• **WHAT YOU HAVE TO DO**
Copy out each line from the material where the word "VECTOR" is found.
Content starts
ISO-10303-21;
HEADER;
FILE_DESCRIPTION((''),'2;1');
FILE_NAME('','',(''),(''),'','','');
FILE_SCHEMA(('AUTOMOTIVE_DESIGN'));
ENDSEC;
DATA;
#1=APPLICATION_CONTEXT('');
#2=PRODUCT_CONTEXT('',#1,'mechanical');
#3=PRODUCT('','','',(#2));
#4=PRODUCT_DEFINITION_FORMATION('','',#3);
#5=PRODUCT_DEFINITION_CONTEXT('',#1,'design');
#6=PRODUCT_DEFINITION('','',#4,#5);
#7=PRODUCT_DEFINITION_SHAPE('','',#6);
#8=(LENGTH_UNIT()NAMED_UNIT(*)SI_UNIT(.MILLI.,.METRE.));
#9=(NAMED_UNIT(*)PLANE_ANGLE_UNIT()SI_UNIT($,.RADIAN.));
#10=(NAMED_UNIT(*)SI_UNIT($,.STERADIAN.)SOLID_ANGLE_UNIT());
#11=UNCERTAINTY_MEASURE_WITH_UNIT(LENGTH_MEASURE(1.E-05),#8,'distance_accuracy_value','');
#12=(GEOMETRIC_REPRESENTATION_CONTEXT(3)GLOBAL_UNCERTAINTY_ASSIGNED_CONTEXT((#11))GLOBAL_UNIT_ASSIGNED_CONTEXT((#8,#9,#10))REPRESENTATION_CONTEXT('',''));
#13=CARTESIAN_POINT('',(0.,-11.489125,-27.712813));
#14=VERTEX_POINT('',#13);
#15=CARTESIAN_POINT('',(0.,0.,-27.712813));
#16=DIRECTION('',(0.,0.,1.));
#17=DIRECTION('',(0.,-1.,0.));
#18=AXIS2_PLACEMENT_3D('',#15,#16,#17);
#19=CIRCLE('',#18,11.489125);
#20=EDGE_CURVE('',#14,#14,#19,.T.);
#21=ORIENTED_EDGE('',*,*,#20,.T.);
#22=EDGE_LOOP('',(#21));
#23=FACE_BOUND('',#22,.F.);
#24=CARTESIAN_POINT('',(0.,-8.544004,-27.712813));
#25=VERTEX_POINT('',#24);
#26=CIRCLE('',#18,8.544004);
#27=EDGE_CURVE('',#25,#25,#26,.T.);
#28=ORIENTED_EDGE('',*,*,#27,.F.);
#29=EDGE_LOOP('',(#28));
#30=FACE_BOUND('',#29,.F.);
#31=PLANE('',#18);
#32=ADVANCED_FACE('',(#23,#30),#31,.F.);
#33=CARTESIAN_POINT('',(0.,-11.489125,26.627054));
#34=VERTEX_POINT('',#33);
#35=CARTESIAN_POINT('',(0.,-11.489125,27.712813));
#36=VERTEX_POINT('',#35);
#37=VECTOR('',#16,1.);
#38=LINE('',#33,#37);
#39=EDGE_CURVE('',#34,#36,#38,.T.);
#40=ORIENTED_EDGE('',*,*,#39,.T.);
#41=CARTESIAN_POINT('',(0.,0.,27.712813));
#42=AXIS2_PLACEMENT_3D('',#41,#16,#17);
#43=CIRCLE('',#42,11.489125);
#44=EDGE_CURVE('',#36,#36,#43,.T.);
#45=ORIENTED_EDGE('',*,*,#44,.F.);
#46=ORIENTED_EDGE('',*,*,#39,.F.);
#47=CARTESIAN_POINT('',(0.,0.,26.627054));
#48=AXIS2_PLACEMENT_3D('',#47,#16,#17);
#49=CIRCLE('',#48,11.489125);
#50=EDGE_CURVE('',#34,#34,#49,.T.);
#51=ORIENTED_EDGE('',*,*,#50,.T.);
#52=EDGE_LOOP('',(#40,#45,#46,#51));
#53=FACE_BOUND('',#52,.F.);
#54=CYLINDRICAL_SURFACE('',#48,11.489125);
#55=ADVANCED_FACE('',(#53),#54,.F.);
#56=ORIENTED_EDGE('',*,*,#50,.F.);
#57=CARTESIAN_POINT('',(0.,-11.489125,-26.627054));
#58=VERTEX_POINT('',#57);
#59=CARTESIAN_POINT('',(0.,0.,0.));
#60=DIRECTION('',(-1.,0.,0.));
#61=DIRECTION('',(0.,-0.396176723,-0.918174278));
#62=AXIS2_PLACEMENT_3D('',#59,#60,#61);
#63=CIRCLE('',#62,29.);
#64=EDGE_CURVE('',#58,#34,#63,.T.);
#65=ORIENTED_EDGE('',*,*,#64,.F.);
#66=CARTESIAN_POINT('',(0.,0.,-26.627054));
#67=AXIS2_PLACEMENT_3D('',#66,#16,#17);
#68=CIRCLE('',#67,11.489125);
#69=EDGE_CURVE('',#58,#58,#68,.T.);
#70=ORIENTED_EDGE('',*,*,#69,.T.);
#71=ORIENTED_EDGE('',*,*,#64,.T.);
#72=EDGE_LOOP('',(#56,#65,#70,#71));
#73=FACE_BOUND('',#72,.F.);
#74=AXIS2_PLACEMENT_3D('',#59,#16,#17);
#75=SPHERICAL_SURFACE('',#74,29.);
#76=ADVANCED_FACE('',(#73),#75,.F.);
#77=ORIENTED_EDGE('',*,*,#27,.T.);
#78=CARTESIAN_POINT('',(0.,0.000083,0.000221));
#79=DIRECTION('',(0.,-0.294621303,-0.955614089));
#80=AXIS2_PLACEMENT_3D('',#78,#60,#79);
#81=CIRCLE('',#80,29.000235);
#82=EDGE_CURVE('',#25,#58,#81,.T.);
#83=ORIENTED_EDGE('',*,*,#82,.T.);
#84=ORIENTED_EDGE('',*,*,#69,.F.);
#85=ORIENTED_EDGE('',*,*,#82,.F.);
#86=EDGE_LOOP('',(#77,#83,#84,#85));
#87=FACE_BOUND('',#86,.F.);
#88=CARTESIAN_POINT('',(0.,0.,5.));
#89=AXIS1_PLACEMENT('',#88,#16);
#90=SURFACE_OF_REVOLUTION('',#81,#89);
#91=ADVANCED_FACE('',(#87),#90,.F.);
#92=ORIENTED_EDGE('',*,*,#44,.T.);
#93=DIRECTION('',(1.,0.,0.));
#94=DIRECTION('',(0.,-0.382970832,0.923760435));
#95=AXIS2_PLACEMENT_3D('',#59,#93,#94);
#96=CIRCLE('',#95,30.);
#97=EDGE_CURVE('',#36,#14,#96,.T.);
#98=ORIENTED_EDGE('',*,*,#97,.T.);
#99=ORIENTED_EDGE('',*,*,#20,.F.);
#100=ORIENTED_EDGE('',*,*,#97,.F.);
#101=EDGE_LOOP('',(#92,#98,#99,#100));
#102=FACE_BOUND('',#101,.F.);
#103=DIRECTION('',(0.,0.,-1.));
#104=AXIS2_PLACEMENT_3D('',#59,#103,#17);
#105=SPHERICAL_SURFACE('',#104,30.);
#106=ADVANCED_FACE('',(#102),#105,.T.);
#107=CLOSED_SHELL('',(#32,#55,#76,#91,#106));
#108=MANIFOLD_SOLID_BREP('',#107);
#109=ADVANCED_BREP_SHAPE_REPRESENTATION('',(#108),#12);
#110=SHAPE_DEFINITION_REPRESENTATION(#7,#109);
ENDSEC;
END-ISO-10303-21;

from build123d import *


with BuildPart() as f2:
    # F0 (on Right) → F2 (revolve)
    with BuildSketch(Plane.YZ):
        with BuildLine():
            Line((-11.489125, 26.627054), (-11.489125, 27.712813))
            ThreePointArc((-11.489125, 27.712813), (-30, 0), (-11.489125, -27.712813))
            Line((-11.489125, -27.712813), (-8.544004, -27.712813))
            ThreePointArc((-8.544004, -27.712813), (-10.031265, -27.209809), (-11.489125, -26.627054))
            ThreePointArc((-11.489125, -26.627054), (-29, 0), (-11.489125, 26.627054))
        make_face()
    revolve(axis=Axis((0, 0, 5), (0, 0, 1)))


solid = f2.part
Content ends
Content starts
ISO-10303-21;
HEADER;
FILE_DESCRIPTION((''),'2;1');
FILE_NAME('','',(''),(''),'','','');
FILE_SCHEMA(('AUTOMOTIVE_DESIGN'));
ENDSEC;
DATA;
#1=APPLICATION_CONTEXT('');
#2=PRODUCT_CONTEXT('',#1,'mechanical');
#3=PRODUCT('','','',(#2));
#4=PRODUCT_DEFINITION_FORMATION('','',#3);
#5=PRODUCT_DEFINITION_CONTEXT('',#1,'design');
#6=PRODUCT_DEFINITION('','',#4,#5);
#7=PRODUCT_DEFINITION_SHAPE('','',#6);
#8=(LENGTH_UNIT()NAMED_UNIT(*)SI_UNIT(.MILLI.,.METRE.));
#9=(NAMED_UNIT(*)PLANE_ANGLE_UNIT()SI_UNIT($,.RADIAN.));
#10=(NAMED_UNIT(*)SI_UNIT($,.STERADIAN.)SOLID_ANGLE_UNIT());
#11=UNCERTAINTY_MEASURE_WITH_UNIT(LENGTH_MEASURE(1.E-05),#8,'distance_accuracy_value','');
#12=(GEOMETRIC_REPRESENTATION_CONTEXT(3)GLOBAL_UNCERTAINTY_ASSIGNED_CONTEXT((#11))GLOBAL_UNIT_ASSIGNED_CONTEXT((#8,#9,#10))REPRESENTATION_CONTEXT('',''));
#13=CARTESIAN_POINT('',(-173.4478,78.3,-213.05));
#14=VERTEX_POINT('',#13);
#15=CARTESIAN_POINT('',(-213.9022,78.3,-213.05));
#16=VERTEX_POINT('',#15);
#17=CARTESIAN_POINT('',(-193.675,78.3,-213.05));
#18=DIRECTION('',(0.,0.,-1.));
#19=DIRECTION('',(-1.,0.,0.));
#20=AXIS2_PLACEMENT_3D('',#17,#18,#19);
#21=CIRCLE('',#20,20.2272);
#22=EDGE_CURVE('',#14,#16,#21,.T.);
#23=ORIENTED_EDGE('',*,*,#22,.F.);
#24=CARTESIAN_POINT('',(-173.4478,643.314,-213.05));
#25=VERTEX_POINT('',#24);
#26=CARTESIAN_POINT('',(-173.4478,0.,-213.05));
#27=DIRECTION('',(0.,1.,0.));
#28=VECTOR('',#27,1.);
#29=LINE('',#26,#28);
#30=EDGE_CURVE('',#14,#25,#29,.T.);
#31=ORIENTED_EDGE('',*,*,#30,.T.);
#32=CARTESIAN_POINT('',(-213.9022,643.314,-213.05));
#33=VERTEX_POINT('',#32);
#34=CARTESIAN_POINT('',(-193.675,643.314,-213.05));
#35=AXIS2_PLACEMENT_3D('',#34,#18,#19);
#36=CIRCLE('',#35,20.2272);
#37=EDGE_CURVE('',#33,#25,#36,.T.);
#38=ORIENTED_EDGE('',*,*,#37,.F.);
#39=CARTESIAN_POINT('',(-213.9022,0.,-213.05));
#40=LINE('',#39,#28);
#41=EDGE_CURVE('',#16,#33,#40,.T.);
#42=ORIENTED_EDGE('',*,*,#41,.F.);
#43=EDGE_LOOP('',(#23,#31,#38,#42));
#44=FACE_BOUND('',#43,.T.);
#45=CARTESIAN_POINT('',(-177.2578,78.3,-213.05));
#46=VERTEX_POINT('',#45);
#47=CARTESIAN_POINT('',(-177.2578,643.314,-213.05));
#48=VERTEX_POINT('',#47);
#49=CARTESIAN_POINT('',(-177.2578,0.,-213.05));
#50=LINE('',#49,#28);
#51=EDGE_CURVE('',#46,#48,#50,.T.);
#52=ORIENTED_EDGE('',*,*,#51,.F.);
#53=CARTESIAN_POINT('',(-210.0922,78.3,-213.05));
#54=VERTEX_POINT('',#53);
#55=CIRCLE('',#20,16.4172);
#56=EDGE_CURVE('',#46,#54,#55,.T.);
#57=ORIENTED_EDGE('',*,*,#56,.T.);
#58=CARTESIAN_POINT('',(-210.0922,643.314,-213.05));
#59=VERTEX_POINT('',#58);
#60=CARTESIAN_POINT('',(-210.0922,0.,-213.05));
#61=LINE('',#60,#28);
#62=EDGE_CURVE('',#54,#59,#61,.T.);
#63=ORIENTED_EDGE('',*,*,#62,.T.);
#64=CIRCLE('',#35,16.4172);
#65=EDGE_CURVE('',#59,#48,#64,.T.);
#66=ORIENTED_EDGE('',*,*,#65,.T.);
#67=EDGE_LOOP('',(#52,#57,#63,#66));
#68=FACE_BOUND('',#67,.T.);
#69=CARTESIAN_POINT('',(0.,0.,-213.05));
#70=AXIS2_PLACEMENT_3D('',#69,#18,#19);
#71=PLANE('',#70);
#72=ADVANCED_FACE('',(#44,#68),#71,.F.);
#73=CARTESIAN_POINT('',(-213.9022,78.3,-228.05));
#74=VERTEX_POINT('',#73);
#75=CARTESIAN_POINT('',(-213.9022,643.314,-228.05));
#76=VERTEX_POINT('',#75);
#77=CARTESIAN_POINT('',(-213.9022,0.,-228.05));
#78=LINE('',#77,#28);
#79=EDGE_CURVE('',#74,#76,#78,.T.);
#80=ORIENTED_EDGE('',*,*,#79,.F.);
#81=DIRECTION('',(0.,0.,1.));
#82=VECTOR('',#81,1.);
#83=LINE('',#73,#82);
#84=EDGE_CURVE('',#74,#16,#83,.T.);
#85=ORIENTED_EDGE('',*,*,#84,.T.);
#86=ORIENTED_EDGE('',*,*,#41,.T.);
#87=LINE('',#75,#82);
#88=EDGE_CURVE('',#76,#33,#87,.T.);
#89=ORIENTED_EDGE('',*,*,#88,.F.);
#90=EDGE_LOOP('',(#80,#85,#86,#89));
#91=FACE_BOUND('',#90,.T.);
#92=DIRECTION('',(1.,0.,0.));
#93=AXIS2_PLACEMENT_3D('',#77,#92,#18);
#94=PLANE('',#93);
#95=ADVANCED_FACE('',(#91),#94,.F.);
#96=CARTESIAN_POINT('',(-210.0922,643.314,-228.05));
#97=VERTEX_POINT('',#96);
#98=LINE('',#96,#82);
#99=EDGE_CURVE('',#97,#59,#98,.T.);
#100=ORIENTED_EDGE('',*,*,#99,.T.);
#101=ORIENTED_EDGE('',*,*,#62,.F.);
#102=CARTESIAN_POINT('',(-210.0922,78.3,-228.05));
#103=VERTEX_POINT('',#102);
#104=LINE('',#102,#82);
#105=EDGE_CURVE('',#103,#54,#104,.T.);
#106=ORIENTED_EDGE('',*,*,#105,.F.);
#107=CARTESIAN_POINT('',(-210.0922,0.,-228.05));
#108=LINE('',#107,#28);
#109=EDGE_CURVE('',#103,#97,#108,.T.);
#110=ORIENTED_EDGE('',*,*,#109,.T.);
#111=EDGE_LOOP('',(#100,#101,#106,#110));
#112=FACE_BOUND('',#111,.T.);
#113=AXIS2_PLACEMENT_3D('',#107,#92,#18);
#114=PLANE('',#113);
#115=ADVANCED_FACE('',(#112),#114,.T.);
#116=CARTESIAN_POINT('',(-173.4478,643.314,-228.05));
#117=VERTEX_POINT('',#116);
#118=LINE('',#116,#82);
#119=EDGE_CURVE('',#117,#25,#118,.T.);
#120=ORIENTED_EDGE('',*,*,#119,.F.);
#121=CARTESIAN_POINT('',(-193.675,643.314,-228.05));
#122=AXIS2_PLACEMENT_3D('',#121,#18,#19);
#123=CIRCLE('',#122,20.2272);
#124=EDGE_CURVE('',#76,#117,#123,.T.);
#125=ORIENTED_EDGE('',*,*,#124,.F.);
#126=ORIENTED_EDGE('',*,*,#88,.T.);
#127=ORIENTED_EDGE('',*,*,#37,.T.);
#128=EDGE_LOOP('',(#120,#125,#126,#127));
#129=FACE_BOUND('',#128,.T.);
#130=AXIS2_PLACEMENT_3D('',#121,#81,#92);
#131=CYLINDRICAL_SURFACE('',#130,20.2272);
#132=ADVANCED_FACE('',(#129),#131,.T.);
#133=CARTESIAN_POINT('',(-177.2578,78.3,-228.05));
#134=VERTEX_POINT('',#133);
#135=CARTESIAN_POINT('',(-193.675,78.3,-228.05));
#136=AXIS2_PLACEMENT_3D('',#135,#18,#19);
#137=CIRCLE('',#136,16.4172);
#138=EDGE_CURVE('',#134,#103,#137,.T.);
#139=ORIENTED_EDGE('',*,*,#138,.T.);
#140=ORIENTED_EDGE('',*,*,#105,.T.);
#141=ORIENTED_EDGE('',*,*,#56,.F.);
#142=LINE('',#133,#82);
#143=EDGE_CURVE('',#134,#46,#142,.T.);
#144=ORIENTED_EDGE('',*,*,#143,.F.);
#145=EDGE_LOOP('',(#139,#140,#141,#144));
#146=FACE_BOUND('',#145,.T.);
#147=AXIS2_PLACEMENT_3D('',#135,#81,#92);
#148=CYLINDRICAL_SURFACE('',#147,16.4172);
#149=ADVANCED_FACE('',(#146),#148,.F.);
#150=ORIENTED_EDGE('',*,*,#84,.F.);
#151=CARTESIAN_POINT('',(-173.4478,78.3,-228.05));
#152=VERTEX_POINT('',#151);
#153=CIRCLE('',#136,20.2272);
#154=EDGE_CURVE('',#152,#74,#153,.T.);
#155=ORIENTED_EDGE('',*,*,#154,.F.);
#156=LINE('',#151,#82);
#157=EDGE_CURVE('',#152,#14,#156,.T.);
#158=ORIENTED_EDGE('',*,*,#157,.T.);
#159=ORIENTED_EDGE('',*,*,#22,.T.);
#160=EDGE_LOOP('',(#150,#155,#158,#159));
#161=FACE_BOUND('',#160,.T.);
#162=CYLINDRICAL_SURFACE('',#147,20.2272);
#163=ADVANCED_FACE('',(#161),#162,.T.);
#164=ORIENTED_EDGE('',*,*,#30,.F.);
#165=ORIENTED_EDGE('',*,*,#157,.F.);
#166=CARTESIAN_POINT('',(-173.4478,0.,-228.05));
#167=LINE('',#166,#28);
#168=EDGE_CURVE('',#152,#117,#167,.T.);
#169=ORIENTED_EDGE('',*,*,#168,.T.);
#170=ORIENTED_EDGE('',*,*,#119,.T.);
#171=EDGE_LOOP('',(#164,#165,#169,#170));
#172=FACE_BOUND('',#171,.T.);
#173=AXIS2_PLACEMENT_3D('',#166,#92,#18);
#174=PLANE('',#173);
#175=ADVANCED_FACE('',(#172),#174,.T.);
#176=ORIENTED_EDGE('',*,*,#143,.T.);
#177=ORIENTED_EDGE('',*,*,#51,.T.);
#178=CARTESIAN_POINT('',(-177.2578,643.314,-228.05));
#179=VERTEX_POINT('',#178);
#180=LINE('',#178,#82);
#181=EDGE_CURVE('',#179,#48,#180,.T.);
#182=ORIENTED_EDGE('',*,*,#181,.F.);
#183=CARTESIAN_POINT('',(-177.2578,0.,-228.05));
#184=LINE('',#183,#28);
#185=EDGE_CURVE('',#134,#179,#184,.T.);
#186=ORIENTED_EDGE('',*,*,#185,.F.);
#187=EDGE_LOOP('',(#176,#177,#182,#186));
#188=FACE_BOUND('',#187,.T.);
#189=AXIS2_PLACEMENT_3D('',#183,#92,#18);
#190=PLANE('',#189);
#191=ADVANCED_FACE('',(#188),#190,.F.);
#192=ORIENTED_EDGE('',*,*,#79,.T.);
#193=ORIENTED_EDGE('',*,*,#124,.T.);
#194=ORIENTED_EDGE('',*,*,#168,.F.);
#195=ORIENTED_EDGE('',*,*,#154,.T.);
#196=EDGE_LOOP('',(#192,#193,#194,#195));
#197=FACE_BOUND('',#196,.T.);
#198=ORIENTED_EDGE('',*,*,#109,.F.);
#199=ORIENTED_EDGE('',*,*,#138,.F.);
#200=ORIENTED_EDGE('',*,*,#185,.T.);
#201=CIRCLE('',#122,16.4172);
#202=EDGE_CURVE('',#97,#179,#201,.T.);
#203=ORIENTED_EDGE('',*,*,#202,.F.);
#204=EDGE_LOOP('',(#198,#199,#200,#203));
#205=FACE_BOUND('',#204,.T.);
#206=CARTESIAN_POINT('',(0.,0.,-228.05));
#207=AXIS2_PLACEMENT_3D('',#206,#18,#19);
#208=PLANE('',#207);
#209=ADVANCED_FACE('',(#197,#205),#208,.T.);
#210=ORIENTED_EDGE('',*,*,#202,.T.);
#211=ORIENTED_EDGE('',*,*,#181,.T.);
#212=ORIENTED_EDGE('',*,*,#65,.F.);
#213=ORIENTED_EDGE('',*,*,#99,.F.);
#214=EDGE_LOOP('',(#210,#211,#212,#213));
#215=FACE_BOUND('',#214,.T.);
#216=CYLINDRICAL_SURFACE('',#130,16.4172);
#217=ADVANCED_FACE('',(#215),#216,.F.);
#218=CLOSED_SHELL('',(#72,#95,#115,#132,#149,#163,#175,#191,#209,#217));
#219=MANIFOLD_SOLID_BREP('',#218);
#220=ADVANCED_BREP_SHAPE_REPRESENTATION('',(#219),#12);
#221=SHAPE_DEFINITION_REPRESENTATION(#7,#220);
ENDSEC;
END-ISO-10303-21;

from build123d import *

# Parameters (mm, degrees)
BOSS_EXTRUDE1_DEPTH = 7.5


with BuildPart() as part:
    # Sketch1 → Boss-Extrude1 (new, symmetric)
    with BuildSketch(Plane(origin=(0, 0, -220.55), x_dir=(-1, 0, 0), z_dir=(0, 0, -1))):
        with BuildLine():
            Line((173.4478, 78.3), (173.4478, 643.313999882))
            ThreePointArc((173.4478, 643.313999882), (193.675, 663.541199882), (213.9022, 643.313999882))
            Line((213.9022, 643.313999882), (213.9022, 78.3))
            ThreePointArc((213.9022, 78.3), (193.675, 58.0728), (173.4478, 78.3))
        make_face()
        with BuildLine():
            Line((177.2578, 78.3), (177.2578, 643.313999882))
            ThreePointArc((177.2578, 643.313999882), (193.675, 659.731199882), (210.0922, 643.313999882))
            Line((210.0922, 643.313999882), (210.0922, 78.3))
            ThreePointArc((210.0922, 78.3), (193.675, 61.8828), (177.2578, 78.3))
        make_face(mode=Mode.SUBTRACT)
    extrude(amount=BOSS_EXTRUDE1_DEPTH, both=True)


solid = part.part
Content ends
• **ANSWER TO THIS EXERCISE**
#37=VECTOR('',#16,1.);
#28=VECTOR('',#27,1.);
#82=VECTOR('',#81,1.);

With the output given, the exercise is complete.